KOLKATA, India –Seventeen-month-old Anirban Mukherjee playfully touches his mother’s face with his fingers at Shishu Bhavan, the Missionaries of Charity children’s home.
Anirban’s parents brought him to visit and play with his old housemates. He was adopted in April 2015 by Abhay and Sampa Mukherjee, a childless couple from Asansol, an industrial township in West Bengal. Anirban’s biological mother could not afford to pay for his postnatal treatment, so just a few weeks after his birth, she abandoned him. Shishu Bhavan became his home, where he was treated for severe malnourishment until he was put up for adoption.
Abhay and Sampa Mukherjee were unable to conceive and called Anirban “the gift from the saint of Kolkata, Mother Teresa.”
“I am very keen on adopting a girl child now, so that our family could be complete. But within a few months after we adopted Anirban, this home has stopped their adoption services. We do not rely on other centers,” said Abhay Mukherjee. “It is good that while visiting here, Anirban gets to meet his friends, who are like family.”
Although the sisters continue to keep and care for abandoned, destitute and sick children, they have stopped putting children up for adoption. The nuns said they made the decision because new government rules were “contrary to our Christian values.”

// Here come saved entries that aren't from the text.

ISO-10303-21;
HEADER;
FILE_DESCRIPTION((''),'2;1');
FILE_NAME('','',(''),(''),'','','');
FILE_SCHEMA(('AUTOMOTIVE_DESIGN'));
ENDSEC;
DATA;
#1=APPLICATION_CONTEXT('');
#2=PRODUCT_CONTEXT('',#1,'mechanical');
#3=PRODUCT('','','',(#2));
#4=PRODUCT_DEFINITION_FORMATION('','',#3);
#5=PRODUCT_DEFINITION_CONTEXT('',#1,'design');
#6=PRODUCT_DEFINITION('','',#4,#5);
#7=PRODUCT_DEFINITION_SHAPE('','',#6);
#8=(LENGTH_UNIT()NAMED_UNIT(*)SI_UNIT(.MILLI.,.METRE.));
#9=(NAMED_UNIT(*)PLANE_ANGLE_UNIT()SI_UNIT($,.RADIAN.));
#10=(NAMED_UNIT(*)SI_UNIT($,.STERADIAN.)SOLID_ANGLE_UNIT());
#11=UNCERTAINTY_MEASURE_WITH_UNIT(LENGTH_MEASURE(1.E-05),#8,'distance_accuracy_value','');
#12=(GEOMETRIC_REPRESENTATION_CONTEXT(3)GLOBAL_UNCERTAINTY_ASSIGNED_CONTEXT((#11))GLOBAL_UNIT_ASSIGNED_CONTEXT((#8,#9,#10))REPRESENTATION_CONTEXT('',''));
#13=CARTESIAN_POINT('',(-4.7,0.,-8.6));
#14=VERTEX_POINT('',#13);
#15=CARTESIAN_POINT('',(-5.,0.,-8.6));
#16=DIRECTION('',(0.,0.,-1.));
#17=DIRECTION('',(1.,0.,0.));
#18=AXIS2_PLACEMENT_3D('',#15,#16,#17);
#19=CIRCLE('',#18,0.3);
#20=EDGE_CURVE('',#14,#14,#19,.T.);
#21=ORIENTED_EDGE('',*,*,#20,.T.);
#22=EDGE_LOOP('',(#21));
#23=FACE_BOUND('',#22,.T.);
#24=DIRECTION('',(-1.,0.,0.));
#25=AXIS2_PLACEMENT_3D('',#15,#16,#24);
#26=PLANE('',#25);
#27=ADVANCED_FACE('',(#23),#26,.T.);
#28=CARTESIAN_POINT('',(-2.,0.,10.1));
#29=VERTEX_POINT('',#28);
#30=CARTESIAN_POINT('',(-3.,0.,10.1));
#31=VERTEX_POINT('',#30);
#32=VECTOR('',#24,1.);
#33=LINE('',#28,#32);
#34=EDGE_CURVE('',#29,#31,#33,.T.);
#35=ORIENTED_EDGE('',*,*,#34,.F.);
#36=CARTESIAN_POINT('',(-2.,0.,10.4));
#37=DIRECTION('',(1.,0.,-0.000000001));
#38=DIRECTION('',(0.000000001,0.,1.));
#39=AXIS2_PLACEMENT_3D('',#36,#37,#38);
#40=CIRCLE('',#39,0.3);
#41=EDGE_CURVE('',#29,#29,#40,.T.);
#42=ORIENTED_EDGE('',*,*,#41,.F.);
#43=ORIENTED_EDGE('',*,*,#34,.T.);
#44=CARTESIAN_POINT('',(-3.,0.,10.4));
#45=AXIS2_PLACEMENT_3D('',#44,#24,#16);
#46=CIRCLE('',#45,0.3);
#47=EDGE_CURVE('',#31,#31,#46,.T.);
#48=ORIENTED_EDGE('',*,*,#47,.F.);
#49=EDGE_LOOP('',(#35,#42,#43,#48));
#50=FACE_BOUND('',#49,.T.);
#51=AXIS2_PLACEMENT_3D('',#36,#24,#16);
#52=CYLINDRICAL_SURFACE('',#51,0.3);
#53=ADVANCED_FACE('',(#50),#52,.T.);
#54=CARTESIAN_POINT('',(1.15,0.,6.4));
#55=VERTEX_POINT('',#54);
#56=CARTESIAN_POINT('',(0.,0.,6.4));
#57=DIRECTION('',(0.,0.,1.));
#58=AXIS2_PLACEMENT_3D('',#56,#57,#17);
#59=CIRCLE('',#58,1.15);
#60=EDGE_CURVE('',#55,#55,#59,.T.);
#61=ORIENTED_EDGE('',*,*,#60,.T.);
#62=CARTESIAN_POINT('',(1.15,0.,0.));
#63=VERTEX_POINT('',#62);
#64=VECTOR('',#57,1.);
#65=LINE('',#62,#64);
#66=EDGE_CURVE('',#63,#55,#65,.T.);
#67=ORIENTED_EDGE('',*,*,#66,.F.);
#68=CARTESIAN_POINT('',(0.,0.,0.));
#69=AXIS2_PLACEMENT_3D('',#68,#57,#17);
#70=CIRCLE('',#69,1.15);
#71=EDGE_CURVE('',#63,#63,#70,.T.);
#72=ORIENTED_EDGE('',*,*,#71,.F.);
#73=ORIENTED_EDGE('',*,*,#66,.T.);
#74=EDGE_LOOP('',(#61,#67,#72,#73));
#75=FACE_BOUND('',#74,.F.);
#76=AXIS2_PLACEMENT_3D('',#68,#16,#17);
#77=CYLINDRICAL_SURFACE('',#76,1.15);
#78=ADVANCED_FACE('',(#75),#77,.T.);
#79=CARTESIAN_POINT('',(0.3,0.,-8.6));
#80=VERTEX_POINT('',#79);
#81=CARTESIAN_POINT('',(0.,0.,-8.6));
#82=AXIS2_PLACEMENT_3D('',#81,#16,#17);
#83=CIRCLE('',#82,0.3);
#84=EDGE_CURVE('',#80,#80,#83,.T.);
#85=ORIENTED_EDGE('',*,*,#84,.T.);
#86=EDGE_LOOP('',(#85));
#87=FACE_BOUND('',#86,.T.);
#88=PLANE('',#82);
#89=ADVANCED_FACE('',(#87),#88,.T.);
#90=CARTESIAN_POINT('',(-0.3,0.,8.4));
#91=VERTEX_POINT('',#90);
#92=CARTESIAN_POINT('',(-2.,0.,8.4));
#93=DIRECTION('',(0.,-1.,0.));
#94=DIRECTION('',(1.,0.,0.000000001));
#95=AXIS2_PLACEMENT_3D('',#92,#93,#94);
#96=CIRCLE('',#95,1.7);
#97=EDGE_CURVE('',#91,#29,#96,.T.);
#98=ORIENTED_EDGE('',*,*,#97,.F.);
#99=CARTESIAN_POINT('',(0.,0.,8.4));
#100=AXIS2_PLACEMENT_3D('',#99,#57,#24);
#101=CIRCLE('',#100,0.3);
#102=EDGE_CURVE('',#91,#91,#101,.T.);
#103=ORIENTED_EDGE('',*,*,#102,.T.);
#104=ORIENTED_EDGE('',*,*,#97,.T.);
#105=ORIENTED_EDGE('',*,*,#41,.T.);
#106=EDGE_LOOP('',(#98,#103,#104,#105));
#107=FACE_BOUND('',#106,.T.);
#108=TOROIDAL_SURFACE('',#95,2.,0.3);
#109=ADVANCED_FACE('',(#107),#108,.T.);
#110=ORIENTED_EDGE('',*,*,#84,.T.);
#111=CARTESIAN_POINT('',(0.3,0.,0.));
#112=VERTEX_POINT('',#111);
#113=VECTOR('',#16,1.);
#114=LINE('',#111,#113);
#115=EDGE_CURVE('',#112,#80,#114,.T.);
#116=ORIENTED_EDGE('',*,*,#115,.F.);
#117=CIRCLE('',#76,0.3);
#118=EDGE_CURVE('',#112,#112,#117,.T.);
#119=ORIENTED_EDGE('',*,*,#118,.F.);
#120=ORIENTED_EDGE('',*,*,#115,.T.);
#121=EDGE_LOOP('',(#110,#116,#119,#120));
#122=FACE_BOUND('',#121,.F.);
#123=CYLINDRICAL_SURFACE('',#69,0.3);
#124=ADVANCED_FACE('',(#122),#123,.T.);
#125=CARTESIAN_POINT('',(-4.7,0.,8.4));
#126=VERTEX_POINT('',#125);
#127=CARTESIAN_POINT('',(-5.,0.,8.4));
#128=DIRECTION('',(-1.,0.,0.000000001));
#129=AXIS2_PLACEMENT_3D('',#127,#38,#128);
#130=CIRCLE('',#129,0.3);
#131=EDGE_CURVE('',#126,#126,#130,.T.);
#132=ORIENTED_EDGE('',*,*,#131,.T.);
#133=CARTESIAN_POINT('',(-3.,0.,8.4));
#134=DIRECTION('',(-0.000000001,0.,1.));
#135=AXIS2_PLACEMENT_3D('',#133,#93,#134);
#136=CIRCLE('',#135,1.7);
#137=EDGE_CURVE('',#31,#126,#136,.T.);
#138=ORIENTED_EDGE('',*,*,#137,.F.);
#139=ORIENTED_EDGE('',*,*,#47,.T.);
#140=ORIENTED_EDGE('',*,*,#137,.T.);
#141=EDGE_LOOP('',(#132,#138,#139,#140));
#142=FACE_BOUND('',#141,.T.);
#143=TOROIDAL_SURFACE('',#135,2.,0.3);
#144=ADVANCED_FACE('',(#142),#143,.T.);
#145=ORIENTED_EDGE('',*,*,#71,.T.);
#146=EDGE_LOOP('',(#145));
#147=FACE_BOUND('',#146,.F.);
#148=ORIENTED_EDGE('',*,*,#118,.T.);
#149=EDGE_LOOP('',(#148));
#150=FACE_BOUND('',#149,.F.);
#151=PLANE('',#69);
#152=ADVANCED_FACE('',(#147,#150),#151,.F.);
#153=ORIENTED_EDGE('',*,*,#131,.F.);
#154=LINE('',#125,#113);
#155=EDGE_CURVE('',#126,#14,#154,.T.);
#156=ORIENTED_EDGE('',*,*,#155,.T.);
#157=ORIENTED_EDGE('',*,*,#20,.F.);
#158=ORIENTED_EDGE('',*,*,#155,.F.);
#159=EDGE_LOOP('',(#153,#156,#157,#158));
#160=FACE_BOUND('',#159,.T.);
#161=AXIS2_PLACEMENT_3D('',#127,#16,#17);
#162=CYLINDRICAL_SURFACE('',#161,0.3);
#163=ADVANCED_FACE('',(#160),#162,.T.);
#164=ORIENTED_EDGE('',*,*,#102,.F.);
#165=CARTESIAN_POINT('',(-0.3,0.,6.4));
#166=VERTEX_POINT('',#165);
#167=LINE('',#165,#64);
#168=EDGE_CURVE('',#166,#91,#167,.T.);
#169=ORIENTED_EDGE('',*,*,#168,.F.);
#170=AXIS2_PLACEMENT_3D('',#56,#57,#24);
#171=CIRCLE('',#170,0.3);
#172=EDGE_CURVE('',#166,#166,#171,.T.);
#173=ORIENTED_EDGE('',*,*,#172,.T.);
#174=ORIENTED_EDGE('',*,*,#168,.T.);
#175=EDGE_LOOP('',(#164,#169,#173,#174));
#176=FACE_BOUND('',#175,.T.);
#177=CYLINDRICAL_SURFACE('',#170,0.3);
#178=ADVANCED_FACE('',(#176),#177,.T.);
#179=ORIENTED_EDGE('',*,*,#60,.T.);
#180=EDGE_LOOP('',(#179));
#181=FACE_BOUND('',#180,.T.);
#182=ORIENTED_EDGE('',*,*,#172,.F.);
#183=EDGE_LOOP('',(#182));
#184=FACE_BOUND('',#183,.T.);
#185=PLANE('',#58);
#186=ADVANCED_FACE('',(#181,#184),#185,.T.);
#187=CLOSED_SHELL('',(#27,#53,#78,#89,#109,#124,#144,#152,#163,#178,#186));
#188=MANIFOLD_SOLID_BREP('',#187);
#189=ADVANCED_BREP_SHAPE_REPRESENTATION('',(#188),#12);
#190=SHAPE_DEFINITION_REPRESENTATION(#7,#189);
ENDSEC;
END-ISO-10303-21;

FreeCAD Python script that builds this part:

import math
import FreeCAD as App
import Part
import Sketcher

doc = App.newDocument("Part")
body = doc.addObject("PartDesign::Body", "Body")

# Sketch on XY plane
sketch1 = body.newObject("Sketcher::SketchObject", "Sketch")
sketch1.AttachmentSupport = (doc.getObject("XY_Plane"), [""])
sketch1.MapMode = "FlatFace"
sketch1.addGeometry(Part.Circle(App.Vector(0, 0, 0), App.Vector(0, 0, 1), 1.1), False)
sketch1.addConstraint(Sketcher.Constraint("Coincident", 0, 3, -1, 1))
sketch1.addConstraint(Sketcher.Constraint("Diameter", 0, 2.3))
pad1 = body.newObject("PartDesign::Pad", "Pad")
pad1.Profile = sketch1
pad1.Length = 6.4

# Sketch on XY plane
sketch2 = body.newObject("Sketcher::SketchObject", "Sketch001")
sketch2.AttachmentSupport = (doc.getObject("XY_Plane"), [""])
sketch2.MapMode = "FlatFace"
sketch2.AttachmentOffset = App.Placement(App.Vector(0, 0, 6.4), App.Rotation())
sketch2.addGeometry(Part.Circle(App.Vector(0, 0, 0), App.Vector(0, 0, 1), 0.3), False)
sketch2.addConstraint(Sketcher.Constraint("Coincident", 0, 3, -1, 1))
sketch2.addConstraint(Sketcher.Constraint("Diameter", 0, 0.6))

# Sketch on XZ plane
sketch3 = body.newObject("Sketcher::SketchObject", "Sketch002")
sketch3.AttachmentSupport = (doc.getObject("XZ_Plane"), [""])
sketch3.MapMode = "FlatFace"
sketch3.addGeometry(Part.LineSegment(App.Vector(0, 6.4, 0), App.Vector(0, 8.4, 0)), False)
sketch3.addGeometry(Part.ArcOfCircle(Part.Circle(App.Vector(-2, 8.4, 0), App.Vector(0, 0, 1), 2), math.radians(0), math.radians(90)), False)
sketch3.addGeometry(Part.LineSegment(App.Vector(-2, 10.4, 0), App.Vector(-3, 10.4, 0)), False)
sketch3.addGeometry(Part.ArcOfCircle(Part.Circle(App.Vector(-3, 8.4, 0), App.Vector(0, 0, 1), 2), math.radians(90), math.radians(180)), False)
sketch3.addGeometry(Part.LineSegment(App.Vector(-5, 8.4, 0), App.Vector(-5, -8.6, 0)), False)
sketch3.addConstraint(Sketcher.Constraint("Tangent", 0, 2, 1, 1))
sketch3.addConstraint(Sketcher.Constraint("Tangent", 1, 2, 2, 1))
sketch3.addConstraint(Sketcher.Constraint("Tangent", 2, 2, 3, 1))
sketch3.addConstraint(Sketcher.Constraint("Tangent", 3, 2, 4, 1))
sketch3.addConstraint(Sketcher.Constraint("Vertical", 0))
sketch3.addConstraint(Sketcher.Constraint("Horizontal", 2))
sketch3.addConstraint(Sketcher.Constraint("Vertical", 4))
sketch3.addConstraint(Sketcher.Constraint("Equal", 1, 3))
sketch3.addConstraint(Sketcher.Constraint("PointOnObject", 0, 1, -2))
sketch3.addConstraint(Sketcher.Constraint("Radius", 1, 2.0))
sketch3.addConstraint(Sketcher.Constraint("DistanceX", 2, 2, 2, 1, 1.0))
sketch3.addConstraint(Sketcher.Constraint("DistanceY", 0, 1, 0, 2, 2.0))
sketch3.addConstraint(Sketcher.Constraint("DistanceY", 4, 2, 4, 1, 17.0))
sketch3.addConstraint(Sketcher.Constraint("DistanceY", -1, 1, 1, 3, 8.4))
doc.recompute()

additivepipe = body.newObject("PartDesign::AdditivePipe", "AdditivePipe")
additivepipe.Profile = sketch2
additivepipe.Spine = (sketch3, ["Edge1", "Edge2", "Edge3", "Edge4", "Edge5"])

# Sketch on XY plane
sketch4 = body.newObject("Sketcher::SketchObject", "Sketch003")
sketch4.AttachmentSupport = (doc.getObject("XY_Plane"), [""])
sketch4.MapMode = "FlatFace"
sketch4.addGeometry(Part.Circle(App.Vector(0, 0, 0), App.Vector(0, 0, 1), 0.3), False)
sketch4.addConstraint(Sketcher.Constraint("Coincident", 0, 3, -1, 1))
sketch4.addConstraint(Sketcher.Constraint("Diameter", 0, 0.6))
pad2 = body.newObject("PartDesign::Pad", "Pad001")
pad2.Profile = sketch4
pad2.Length = 8.6
pad2.Reversed = True

doc.recompute()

The decision was made after the Indian government’s Union Ministry of Women and Child Development issued new guidelines allowing “single or unmarried parents, men or women, the right” to apply for and adopt children. The nuns concluded their pending adoptions, then on March 31 wrote to the ministry that they had closed their adoption centers.
The Central Adoption Resource Authority centralized the adoption process through an online application system, creating a database for prospective adoptive parents, which also makes it easier for single, divorced, gay couples or couples from abroad to adopt children in India in accordance with the new guidelines. But many nongovernmental organizations have expressed concern that making it easier for adoption opens up a Pandora’s box in India, where child labor, human trafficking and pressure on unwed mothers to give up their children are serious challenges.
In the statement sent to the ministry, the nuns wrote: “If we were to continue the work set up by Mother Teresa, complying with all the provisions would have been difficult for us.”
Sr. Joan of Arc told Catholic News Service: “We trust that God will take care of all the children in need of love from parents. We will continue to serve – wholeheartedly and free of charge – unwed mothers, children with malnutrition and differently abled children in all homes/centers run by us, irrespective of caste, creed and religion by God’s grace.”
Sr. Ita explained: “We believe in God’s will, and there are certain values that need to be upheld. The idea to provide homes to children is to give them security and love. And if governmental guidelines in some way interfere with our principles, we have little option but to stop the services.” She said they could continue to ensure that children who are “malnourished, weak, sick and destitute and in need of compassion and love find (a) home here.”
Mother Teresa’s quotes hang in bold at Shishu Bhavan: “Families that pray together stay together. Unless you stay together, you cannot love one another, and unless you love one another you cannot love anyone else.”
“We believe in Mother’s words and as she professed that the goal is to get the children families, we would not want them to get in further difficulties in life,” said Sr. Karita Mary.
Anne, 12, and Bess, 8, are from Kerala and came to visit Shishu Bhavan. One of them was adopted, but their parents will not tell them which one. The parents said they do not want to discriminate between the children.
“They know that one of them is from Mother’s Home but are growing as equals. It was Mother Teresa’s wish that I had decided to adopt a girl child much before I got married. Later I adopted the child, with support from my family,” said Christine, the mother of the two girls.
Volunteers from abroad and India work part time with the children and help them in their studies at the Missionaries of Charity centers. But with limited space now and children having little option of finding parents through the adoption process, it is difficult for the sisters to provide their services to newer special-needs children.
Another couple, Soma and Joydeep Mukherjee, also wanted to adopt a child.
“As parents we seek the most reliable center that can facilitate a smooth development of relationship between the parent and the child,” said Soma Mukherjee. “There are thousands of children wanting homes in India, and they should not be excluded from family life.”
Shishu Bhavan currently houses 35 differently abled children. They are fed, taught and given the medicines they need.
“We have volunteers to take care of these kids. They will live here and grow up,” said Sister Felomina. “The mission intends to make them independent. It is true that most of the times children are left out because of their disabilities by their biological parents. Now when we are serving them, we would do so for their entire life.”